Transcribe exactly the lines that begin the material and continue through the line containing "30.5802157427), (-16.5918719547, 12.1017438942))". Leave out whatever follows.

Segment Start: Entries shown

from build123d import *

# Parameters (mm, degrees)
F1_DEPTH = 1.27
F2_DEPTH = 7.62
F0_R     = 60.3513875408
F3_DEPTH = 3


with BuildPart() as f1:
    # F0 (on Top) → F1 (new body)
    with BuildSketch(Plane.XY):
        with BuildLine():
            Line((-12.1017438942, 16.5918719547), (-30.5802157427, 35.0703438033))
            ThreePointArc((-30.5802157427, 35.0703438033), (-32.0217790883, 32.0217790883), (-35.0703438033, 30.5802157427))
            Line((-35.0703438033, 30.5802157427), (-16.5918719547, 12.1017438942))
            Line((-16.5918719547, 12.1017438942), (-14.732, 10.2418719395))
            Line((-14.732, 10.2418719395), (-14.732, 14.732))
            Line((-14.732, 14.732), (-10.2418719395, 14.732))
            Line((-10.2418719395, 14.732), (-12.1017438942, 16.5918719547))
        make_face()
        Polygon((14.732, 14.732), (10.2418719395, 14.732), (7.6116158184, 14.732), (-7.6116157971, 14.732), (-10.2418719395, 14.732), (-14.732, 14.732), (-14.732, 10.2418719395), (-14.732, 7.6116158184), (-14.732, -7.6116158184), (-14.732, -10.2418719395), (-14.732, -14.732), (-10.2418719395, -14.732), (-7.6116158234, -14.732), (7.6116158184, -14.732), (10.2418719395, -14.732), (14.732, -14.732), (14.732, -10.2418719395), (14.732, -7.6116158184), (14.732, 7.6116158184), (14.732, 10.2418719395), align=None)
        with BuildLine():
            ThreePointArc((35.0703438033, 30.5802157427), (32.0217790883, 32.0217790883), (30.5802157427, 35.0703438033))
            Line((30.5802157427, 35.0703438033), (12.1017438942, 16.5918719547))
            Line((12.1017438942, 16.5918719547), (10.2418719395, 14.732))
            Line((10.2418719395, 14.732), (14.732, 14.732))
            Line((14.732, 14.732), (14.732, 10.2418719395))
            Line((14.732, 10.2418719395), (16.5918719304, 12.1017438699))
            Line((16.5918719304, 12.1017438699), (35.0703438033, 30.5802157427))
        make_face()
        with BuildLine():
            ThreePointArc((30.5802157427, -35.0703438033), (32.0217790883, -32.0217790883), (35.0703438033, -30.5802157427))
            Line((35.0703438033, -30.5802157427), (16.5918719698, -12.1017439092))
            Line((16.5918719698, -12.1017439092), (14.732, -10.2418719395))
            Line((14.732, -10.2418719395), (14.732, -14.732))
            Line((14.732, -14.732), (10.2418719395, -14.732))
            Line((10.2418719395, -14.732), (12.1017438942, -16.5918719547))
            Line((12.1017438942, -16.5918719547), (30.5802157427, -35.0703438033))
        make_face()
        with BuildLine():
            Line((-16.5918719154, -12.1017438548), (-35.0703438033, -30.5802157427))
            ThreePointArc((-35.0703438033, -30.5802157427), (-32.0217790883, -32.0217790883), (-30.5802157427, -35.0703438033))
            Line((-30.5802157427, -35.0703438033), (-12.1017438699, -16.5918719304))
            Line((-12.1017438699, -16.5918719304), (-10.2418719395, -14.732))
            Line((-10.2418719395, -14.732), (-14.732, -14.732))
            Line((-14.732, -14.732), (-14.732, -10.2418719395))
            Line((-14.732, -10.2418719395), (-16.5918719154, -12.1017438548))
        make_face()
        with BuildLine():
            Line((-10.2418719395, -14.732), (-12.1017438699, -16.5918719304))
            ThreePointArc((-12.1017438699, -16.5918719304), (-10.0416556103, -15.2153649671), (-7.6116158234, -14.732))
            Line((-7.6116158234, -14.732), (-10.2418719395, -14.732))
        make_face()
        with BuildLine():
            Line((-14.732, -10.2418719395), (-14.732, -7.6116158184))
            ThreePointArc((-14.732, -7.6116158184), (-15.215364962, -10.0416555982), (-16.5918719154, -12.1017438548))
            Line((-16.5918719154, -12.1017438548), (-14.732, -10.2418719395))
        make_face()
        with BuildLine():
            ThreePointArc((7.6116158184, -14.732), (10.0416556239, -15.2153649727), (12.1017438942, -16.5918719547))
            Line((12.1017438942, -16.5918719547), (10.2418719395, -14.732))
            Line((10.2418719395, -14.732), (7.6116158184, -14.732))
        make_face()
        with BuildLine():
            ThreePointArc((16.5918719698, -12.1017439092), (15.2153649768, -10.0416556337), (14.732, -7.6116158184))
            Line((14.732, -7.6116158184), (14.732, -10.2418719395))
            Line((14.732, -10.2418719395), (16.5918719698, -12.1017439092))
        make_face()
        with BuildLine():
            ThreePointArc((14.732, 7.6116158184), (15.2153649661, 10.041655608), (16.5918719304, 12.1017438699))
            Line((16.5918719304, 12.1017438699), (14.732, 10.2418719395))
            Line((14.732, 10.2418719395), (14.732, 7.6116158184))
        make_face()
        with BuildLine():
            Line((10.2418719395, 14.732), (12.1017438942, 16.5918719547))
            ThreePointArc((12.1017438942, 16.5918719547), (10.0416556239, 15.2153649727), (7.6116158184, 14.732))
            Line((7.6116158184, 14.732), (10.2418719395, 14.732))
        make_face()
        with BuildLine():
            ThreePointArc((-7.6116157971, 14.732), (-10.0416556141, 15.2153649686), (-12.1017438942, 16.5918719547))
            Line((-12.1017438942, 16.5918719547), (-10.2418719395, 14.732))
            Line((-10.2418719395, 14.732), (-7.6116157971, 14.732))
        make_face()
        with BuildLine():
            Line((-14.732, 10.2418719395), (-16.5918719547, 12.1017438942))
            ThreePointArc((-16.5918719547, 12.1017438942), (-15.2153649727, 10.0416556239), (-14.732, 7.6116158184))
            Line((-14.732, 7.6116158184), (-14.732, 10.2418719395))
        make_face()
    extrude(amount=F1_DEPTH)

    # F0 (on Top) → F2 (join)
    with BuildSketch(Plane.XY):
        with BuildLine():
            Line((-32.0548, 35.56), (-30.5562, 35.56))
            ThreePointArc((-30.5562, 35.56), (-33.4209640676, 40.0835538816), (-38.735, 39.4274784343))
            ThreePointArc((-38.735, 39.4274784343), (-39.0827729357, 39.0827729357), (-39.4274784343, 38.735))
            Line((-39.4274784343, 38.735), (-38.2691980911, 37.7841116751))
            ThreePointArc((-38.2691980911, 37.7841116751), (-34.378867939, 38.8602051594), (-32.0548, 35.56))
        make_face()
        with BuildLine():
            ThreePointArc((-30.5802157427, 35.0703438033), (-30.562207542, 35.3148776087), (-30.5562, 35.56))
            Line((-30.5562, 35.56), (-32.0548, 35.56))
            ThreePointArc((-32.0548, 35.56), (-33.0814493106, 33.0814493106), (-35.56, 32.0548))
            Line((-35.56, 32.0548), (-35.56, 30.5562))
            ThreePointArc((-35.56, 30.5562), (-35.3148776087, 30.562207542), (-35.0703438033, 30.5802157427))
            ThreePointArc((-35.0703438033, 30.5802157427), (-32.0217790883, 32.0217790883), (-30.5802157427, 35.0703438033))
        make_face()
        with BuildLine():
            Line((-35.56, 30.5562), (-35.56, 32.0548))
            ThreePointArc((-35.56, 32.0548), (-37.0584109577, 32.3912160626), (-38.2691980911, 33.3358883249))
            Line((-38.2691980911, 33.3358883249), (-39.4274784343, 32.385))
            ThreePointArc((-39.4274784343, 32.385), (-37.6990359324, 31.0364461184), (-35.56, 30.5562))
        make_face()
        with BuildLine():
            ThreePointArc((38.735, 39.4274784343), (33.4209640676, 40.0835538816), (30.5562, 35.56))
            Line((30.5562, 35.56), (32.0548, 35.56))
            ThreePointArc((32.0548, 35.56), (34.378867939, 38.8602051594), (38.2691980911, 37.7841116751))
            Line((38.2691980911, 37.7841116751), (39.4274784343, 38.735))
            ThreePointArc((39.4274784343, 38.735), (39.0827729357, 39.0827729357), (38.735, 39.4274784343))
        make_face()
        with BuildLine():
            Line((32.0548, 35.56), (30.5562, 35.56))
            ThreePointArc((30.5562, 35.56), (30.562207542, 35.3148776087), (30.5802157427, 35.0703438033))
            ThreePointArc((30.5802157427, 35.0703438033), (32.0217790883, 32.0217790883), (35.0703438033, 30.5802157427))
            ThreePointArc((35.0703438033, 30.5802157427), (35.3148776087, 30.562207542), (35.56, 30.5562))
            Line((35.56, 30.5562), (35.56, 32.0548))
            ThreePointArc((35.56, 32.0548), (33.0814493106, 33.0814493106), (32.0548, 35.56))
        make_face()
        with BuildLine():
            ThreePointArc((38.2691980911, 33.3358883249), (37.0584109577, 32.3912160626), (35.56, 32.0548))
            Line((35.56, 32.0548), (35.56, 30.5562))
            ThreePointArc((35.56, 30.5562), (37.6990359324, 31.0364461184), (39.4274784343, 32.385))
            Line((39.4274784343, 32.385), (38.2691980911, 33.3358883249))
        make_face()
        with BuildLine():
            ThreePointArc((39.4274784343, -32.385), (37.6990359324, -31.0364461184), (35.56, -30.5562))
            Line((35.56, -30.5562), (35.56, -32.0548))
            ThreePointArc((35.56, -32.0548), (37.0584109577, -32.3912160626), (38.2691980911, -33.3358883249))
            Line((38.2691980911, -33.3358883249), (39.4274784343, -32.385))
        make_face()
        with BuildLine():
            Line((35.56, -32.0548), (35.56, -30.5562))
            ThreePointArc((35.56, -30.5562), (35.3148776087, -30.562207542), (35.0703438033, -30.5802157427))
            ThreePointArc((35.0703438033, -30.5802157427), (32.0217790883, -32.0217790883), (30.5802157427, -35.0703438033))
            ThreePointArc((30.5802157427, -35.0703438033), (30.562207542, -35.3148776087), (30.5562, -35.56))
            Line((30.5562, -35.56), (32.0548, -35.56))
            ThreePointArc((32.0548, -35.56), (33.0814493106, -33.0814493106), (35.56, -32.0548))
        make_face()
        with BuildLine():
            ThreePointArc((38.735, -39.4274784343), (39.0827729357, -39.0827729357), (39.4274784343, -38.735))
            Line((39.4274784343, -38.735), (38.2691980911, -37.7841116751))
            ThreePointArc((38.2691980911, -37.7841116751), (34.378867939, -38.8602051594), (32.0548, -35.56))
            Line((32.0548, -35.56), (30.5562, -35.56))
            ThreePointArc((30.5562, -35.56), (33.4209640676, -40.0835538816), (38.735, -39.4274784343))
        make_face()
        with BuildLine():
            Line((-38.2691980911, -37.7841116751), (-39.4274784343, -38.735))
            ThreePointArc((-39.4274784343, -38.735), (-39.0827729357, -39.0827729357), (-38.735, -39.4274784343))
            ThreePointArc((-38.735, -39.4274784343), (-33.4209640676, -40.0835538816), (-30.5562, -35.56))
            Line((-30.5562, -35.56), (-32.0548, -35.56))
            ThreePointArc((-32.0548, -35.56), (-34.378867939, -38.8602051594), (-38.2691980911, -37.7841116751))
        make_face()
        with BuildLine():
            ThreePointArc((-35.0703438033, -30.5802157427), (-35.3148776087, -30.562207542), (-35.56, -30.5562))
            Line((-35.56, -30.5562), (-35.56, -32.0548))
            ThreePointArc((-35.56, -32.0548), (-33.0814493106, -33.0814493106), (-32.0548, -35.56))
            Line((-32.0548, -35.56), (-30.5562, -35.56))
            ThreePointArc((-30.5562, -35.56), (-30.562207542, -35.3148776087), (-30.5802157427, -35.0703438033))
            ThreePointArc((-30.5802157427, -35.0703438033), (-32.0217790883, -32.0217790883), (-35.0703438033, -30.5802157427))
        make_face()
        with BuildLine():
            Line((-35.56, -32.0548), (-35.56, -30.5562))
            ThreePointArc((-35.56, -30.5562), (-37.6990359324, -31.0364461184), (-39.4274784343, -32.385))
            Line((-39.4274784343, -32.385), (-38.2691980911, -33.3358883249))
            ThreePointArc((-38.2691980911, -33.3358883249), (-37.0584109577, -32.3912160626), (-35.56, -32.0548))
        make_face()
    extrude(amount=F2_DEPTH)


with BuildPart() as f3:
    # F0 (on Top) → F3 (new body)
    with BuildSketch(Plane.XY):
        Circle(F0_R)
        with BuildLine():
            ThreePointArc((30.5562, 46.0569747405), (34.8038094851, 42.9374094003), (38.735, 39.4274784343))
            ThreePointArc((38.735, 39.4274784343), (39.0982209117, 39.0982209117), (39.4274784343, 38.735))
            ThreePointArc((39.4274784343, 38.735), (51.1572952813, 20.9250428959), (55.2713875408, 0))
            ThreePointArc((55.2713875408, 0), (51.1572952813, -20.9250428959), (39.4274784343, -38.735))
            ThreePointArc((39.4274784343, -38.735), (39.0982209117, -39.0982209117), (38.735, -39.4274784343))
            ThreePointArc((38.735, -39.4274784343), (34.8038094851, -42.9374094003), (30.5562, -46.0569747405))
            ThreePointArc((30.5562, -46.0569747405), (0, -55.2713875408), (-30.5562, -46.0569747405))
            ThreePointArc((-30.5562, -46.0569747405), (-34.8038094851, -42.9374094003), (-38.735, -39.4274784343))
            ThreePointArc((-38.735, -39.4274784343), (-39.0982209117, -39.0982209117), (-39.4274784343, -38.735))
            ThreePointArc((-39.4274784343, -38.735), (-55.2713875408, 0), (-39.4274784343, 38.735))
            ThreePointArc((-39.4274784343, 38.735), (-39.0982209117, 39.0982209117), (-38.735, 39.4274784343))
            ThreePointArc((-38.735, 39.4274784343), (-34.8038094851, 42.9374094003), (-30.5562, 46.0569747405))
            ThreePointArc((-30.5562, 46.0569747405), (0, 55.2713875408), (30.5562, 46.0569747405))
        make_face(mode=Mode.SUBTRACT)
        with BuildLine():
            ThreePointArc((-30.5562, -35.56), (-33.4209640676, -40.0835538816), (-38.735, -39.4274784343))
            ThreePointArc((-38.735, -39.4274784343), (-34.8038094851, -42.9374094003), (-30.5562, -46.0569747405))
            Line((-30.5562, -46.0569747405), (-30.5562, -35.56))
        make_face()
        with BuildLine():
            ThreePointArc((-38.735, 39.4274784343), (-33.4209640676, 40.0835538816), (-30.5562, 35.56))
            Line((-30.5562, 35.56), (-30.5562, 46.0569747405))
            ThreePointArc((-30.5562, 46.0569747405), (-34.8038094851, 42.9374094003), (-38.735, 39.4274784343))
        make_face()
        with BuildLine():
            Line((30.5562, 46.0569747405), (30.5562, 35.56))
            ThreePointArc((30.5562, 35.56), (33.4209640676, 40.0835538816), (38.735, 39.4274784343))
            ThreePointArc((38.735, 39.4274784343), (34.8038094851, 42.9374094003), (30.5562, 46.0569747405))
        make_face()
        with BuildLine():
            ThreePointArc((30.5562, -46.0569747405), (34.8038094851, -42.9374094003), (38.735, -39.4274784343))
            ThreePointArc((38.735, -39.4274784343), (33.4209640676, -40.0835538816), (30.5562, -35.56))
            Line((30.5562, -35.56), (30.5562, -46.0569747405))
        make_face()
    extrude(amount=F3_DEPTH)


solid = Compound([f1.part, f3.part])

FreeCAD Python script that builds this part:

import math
import FreeCAD as App
import Part
import Sketcher
Q = App.Units.Quantity

doc = App.newDocument("Part")
params = doc.addObject("Spreadsheet::Sheet", "Params")
for row, (alias, value) in enumerate([
    ("sketch1_radius", "0.25 in"),
    ("sketch1_radius2", "0.197 in"),
    ("pad1_length", "0.05 in"),
    ("sketch2_radius", "0.197 in"),
    ("sketch2_radius2", "0.138 in"),
    ("pad2_length", "0.3 in"),
    ("sketch3_radius", "0.197 in"),
    ("pad3_length", "3 mm"),
], start=1):
    params.set(f"A{row}", alias)
    params.set(f"B{row}", "=" + value)
    params.setAlias(f"B{row}", alias)

body = doc.addObject("PartDesign::Body", "Body")

# Sketch on XY plane
sketch1 = body.newObject("Sketcher::SketchObject", "Sketch")
sketch1.AttachmentSupport = (doc.getObject("XY_Plane"), [""])
sketch1.MapMode = "FlatFace"
sketch1.addGeometry([
    Part.LineSegment(App.Vector(-12.101744, 16.591872, 0), App.Vector(-30.580216, 35.070344, 0)),  # 0
    Part.ArcOfCircle(Part.Circle(App.Vector(-35.56, 35.56, 0), App.Vector(0, 0, 1), 5.0038), math.radians(-84.384227), math.radians(-5.615773)),  # 1
    Part.LineSegment(App.Vector(-35.070344, 30.580216, 0), App.Vector(-16.591872, 12.101744, 0)),  # 2
    Part.ArcOfCircle(Part.Circle(App.Vector(-21.082, 7.611616, 0), App.Vector(0, 0, 1), 6.35), math.radians(0), math.radians(45)),  # 3
    Part.LineSegment(App.Vector(-14.732, 7.611616, 0), App.Vector(-14.732, -7.611616, 0)),  # 4
    Part.ArcOfCircle(Part.Circle(App.Vector(-21.082, -7.611616, 0), App.Vector(0, 0, 1), 6.35), math.radians(-45), math.radians(0)),  # 5
    Part.LineSegment(App.Vector(-16.591872, -12.101744, 0), App.Vector(-35.070344, -30.580216, 0)),  # 6
    Part.ArcOfCircle(Part.Circle(App.Vector(-35.56, -35.56, 0), App.Vector(0, 0, 1), 5.0038), math.radians(5.615773), math.radians(84.384227)),  # 7
    Part.LineSegment(App.Vector(-30.580216, -35.070344, 0), App.Vector(-12.101744, -16.591872, 0)),  # 8
    Part.ArcOfCircle(Part.Circle(App.Vector(-7.611616, -21.082, 0), App.Vector(0, 0, 1), 6.35), math.radians(90), math.radians(135)),  # 9
    Part.LineSegment(App.Vector(-7.611616, -14.732, 0), App.Vector(7.611616, -14.732, 0)),  # 10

Segment End: Entries shown

__Result__.
from build123d import *

# Parameters (mm, degrees)
F1_DEPTH = 1.27
F2_DEPTH = 7.62
F0_R     = 60.3513875408
F3_DEPTH = 3


with BuildPart() as f1:
    # F0 (on Top) → F1 (new body)
    with BuildSketch(Plane.XY):
        with BuildLine():
            Line((-12.1017438942, 16.5918719547), (-30.5802157427, 35.0703438033))
            ThreePointArc((-30.5802157427, 35.0703438033), (-32.0217790883, 32.0217790883), (-35.0703438033, 30.5802157427))
            Line((-35.0703438033, 30.5802157427), (-16.5918719547, 12.1017438942))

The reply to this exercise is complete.